Below is a listing; restate from it, character for character, the lines beginning at the line holding "#179=ORIENTED_EDGE('',*,*,#138,.F.);" and ending at the line holding "#193=FACE_BOUND('',#192,.T.);", both included.

═════ DATA FOR REVIEW

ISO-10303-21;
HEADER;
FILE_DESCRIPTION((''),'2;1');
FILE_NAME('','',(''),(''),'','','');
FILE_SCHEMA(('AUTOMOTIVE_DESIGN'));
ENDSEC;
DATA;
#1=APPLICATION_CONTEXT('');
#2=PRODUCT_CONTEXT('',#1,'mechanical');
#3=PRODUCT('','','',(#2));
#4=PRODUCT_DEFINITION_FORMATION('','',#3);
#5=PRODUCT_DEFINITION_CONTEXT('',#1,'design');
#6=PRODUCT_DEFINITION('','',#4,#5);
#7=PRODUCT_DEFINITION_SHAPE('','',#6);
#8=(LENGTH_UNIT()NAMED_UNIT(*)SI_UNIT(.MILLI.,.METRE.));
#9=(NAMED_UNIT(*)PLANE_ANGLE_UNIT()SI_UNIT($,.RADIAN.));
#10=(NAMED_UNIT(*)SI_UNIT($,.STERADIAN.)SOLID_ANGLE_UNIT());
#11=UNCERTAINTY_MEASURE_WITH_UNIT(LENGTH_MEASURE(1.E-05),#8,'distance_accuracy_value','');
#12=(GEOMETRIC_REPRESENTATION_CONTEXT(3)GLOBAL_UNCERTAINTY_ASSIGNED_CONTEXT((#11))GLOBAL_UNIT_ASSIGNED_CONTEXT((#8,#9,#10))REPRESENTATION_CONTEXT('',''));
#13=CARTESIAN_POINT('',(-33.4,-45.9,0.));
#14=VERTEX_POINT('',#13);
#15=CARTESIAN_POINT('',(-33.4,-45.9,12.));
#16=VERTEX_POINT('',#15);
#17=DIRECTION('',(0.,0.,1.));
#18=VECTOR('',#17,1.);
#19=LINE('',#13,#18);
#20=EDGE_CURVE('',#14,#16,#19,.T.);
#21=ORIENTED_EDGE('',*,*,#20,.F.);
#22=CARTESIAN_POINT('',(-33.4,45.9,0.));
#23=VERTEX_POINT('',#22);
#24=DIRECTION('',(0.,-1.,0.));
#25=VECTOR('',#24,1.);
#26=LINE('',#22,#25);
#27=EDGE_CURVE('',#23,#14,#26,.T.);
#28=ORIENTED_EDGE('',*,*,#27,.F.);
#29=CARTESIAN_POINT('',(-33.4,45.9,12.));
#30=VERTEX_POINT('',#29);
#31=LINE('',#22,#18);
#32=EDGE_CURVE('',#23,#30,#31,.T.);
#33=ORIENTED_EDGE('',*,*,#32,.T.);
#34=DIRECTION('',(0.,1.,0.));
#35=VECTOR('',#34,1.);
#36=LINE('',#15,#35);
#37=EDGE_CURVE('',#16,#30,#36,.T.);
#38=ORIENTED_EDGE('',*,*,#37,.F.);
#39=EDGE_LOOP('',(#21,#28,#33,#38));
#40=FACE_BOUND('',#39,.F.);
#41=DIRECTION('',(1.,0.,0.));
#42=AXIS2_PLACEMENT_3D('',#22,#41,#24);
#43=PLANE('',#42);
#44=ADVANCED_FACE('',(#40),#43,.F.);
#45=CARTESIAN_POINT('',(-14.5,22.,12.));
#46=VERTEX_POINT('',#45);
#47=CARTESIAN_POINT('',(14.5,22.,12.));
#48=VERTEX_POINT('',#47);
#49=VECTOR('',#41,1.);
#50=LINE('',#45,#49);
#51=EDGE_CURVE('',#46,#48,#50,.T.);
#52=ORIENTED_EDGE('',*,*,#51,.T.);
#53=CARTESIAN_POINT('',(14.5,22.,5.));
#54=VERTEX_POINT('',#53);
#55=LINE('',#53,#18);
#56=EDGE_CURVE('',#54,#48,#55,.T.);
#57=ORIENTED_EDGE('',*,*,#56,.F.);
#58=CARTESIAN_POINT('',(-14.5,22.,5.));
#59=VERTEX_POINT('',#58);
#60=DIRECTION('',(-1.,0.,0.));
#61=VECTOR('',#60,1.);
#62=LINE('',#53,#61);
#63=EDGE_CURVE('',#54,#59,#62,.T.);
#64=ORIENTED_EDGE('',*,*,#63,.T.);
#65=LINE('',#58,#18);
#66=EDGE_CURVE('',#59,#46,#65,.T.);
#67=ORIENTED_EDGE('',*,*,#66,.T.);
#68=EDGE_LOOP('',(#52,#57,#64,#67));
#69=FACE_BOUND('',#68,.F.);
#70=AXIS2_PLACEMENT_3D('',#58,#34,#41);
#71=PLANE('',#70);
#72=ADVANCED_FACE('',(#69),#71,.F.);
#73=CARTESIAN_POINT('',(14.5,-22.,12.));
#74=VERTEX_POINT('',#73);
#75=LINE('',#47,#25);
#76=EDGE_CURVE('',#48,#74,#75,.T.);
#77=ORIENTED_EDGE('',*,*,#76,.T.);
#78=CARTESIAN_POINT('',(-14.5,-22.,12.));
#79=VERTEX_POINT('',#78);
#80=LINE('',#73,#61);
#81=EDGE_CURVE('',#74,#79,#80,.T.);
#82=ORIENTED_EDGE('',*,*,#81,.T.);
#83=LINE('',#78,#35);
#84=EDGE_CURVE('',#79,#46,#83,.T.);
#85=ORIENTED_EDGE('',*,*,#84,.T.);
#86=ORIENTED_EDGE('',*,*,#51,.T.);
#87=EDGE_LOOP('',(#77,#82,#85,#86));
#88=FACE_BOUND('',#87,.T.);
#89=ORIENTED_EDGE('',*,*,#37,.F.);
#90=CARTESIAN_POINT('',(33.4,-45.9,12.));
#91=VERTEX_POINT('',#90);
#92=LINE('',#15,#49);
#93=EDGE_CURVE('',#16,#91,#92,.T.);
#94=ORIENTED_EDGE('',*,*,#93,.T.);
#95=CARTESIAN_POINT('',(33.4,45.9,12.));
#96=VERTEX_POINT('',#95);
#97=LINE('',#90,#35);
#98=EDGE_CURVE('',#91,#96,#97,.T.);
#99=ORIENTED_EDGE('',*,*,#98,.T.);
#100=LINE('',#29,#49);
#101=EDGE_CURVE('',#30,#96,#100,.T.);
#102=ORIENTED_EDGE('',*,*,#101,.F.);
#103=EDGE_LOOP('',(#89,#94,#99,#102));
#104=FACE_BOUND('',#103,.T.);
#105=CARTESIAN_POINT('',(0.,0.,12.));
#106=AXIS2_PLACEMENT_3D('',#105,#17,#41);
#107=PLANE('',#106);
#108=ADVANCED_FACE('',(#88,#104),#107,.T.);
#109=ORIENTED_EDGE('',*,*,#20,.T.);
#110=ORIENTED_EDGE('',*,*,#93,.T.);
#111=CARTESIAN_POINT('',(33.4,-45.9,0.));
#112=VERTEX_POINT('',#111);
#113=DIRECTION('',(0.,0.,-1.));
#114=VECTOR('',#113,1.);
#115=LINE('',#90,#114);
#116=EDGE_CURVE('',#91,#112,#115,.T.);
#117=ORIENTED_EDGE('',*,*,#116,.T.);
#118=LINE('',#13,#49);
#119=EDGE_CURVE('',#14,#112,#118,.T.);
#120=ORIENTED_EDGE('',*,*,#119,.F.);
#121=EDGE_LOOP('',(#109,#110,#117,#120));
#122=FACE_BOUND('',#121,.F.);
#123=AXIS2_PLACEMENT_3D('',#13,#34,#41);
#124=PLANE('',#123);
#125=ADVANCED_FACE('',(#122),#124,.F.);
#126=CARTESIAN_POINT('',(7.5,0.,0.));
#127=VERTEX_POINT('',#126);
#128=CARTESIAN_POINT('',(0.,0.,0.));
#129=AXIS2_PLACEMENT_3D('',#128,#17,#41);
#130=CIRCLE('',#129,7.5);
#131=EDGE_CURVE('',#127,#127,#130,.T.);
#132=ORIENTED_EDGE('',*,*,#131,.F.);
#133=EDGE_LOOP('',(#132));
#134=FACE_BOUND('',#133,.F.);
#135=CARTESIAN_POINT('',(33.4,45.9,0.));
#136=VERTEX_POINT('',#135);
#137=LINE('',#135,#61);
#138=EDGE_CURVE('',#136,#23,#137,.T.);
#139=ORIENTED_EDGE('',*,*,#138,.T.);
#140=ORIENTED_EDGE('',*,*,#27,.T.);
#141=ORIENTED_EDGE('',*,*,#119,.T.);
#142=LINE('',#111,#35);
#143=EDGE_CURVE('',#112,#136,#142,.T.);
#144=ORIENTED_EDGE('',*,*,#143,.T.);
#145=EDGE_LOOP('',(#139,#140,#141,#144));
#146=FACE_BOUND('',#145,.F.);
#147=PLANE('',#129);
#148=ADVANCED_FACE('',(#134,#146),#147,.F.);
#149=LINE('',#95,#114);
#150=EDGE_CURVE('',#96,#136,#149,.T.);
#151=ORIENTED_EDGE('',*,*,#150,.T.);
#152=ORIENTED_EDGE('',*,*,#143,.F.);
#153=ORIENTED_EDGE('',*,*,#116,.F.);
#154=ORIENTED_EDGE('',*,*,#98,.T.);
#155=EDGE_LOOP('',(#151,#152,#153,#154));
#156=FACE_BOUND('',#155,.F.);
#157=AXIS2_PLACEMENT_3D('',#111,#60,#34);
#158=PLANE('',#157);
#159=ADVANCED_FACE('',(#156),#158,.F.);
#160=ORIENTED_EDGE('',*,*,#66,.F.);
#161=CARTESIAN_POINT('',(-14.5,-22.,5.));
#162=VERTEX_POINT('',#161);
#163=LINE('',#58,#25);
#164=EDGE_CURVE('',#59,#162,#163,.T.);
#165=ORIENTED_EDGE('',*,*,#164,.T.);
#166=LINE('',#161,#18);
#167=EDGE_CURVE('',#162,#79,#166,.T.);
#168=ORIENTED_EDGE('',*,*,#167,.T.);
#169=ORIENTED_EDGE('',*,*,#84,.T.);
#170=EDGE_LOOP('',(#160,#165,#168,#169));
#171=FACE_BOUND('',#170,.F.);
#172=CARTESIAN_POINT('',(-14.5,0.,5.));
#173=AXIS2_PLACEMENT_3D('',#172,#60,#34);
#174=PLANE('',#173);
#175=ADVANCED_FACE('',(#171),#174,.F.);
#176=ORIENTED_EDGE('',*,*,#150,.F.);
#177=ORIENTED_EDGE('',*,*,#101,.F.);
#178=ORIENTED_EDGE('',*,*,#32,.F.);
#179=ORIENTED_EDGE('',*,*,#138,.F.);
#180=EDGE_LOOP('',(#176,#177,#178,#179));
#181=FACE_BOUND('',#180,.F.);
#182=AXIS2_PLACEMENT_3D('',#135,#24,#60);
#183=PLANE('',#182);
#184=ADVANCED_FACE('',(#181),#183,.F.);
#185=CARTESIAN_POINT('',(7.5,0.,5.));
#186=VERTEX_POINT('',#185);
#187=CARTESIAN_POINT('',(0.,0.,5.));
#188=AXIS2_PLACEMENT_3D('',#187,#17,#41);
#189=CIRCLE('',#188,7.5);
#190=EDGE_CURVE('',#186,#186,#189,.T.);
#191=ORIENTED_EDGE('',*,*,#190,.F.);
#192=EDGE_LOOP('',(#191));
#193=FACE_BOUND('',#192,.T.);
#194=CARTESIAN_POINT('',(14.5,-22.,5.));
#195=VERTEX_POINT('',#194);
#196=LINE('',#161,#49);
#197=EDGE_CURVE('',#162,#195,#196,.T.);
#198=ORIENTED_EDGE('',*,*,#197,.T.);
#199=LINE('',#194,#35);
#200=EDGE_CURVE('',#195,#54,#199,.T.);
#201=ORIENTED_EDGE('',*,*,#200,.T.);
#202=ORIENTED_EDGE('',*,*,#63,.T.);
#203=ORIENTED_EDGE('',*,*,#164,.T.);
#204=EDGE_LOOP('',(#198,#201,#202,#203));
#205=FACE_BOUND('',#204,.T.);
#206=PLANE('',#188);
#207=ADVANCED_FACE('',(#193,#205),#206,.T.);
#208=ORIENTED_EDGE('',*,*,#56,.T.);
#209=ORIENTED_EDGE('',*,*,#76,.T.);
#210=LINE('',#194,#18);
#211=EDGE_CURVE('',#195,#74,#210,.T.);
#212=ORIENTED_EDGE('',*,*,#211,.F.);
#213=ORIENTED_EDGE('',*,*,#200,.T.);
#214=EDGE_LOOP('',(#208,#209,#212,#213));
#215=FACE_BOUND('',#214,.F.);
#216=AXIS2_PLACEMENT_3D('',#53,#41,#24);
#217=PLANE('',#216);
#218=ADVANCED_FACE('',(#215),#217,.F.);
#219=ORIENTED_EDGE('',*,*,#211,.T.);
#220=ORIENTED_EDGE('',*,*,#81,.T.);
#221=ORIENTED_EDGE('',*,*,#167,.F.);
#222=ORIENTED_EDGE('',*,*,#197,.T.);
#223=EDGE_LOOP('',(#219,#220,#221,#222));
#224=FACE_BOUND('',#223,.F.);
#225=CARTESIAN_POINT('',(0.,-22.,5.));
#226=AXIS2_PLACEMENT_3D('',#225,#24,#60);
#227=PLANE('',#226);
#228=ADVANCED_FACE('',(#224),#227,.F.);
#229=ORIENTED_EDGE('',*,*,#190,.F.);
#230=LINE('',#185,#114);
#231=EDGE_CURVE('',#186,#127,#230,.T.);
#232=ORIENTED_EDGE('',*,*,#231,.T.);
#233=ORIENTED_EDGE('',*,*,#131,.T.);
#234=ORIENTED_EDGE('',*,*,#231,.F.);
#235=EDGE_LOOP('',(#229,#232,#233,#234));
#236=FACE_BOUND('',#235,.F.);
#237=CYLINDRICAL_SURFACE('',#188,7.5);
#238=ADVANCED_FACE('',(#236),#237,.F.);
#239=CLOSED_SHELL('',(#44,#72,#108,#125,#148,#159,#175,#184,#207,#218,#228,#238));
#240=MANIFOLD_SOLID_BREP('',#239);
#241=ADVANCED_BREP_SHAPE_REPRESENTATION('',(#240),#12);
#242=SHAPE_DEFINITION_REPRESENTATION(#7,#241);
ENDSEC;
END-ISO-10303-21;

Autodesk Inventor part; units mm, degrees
ref_plane "YZ Plane" through (0, 0, 0) normal (1, 0, 0) x (0, 1, 0)
ref_plane "XZ Plane" through (0, 0, 0) normal (0, 1, 0) x (-1, 0, 0)
ref_plane "XY Plane" through (0, 0, 0) normal (0, 0, 1) x (1, 0, 0)
ref_plane "Arbeitsebene1" through (0, 0, 0) normal (0, 0, 1) x (1, 0, 0)
sketch "Skizze1" plane through (0, 0, 0) normal (0, 0, 1) x (1, 0, 0)
  line L0 (-28.4, 40.9) -> (28.4, 40.9) projected
  line L1 (28.4, 40.9) -> (28.4, -40.9) projected
  line L2 (28.4, -40.9) -> (-28.4, -40.9) projected
  line L3 (-28.4, -40.9) -> (-28.4, 40.9) projected
  line L4 (-33.4, 45.9) -> (-33.4, -45.9) projected
  line L5 (-33.4, -45.9) -> (33.4, -45.9) projected
  line L6 (33.4, -45.9) -> (33.4, 45.9) projected
  line L7 (33.4, 45.9) -> (-33.4, 45.9) projected
  line L8 (-28.4, 40.9) -> (28.4, 40.9) projected
  line L9 (28.4, 40.9) -> (28.4, -40.9) projected
  line L10 (28.4, -40.9) -> (-28.4, -40.9) projected
  line L11 (-28.4, -40.9) -> (-28.4, 40.9) projected
  line L12 (-33.4, 45.9) -> (-33.4, -45.9) projected
  line L13 (-33.4, -45.9) -> (33.4, -45.9) projected
  line L14 (33.4, -45.9) -> (33.4, 45.9) projected
  line L15 (33.4, 45.9) -> (-33.4, 45.9) projected
  point P0 (0, 0)
extrude "Extrusion1" add sketch "Skizze1" along normal blind 5 contours L0 L1 L2 L3 | L7 L6 L5 L4
sketch "Skizze2" plane through (0, 0, 5) normal (0, 0, 1) x (1, 0, 0)
  circle A0 centre (0, 0) radius 7.5
  dimension "d2" = 15
extrude "Extrusion2" cut sketch "Skizze2" against normal up to next
sketch "Skizze3" plane through (0, 0, 5) normal (0, 0, 1) x (1, 0, 0)
  line L0 (-33.4, 45.9) -> (-33.4, -45.9) projected
  line L1 (-33.4, -45.9) -> (33.4, -45.9) projected
  line L2 (33.4, -45.9) -> (33.4, 45.9) projected
  line L3 (33.4, 45.9) -> (-33.4, 45.9) projected
  line L4 (-14.5, 22) -> (14.5, 22)
  line L5 (14.5, 22) -> (14.5, -22)
  line L6 (14.5, -22) -> (-14.5, -22)
  line L7 (-14.5, -22) -> (-14.5, 22)
  line L8 (0, -64.26) -> (0, 64.26) projected
  line L9 (-46.76, 0) -> (46.76, 0) projected
  dimension "d9" = 29
  dimension "d10" = 44
extrude "Extrusion4" add sketch "Skizze3" along normal blind 7 contours L3 L8 L4 L7 L9 L0 | L9 L7 L6 L8 L1 L0 | L3 L2 L9 L5 L4 L8 | L8 L6 L5 L9 L2 L1
properties part number "InlayOben" material "Gummi, Silikon"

══════════

RESPONSE TO THIS EXERCISE:
#179=ORIENTED_EDGE('',*,*,#138,.F.);
#180=EDGE_LOOP('',(#176,#177,#178,#179));
#181=FACE_BOUND('',#180,.F.);
#182=AXIS2_PLACEMENT_3D('',#135,#24,#60);
#183=PLANE('',#182);
#184=ADVANCED_FACE('',(#181),#183,.F.);
#185=CARTESIAN_POINT('',(7.5,0.,5.));
#186=VERTEX_POINT('',#185);
#187=CARTESIAN_POINT('',(0.,0.,5.));
#188=AXIS2_PLACEMENT_3D('',#187,#17,#41);
#189=CIRCLE('',#188,7.5);
#190=EDGE_CURVE('',#186,#186,#189,.T.);
#191=ORIENTED_EDGE('',*,*,#190,.F.);
#192=EDGE_LOOP('',(#191));
#193=FACE_BOUND('',#192,.T.);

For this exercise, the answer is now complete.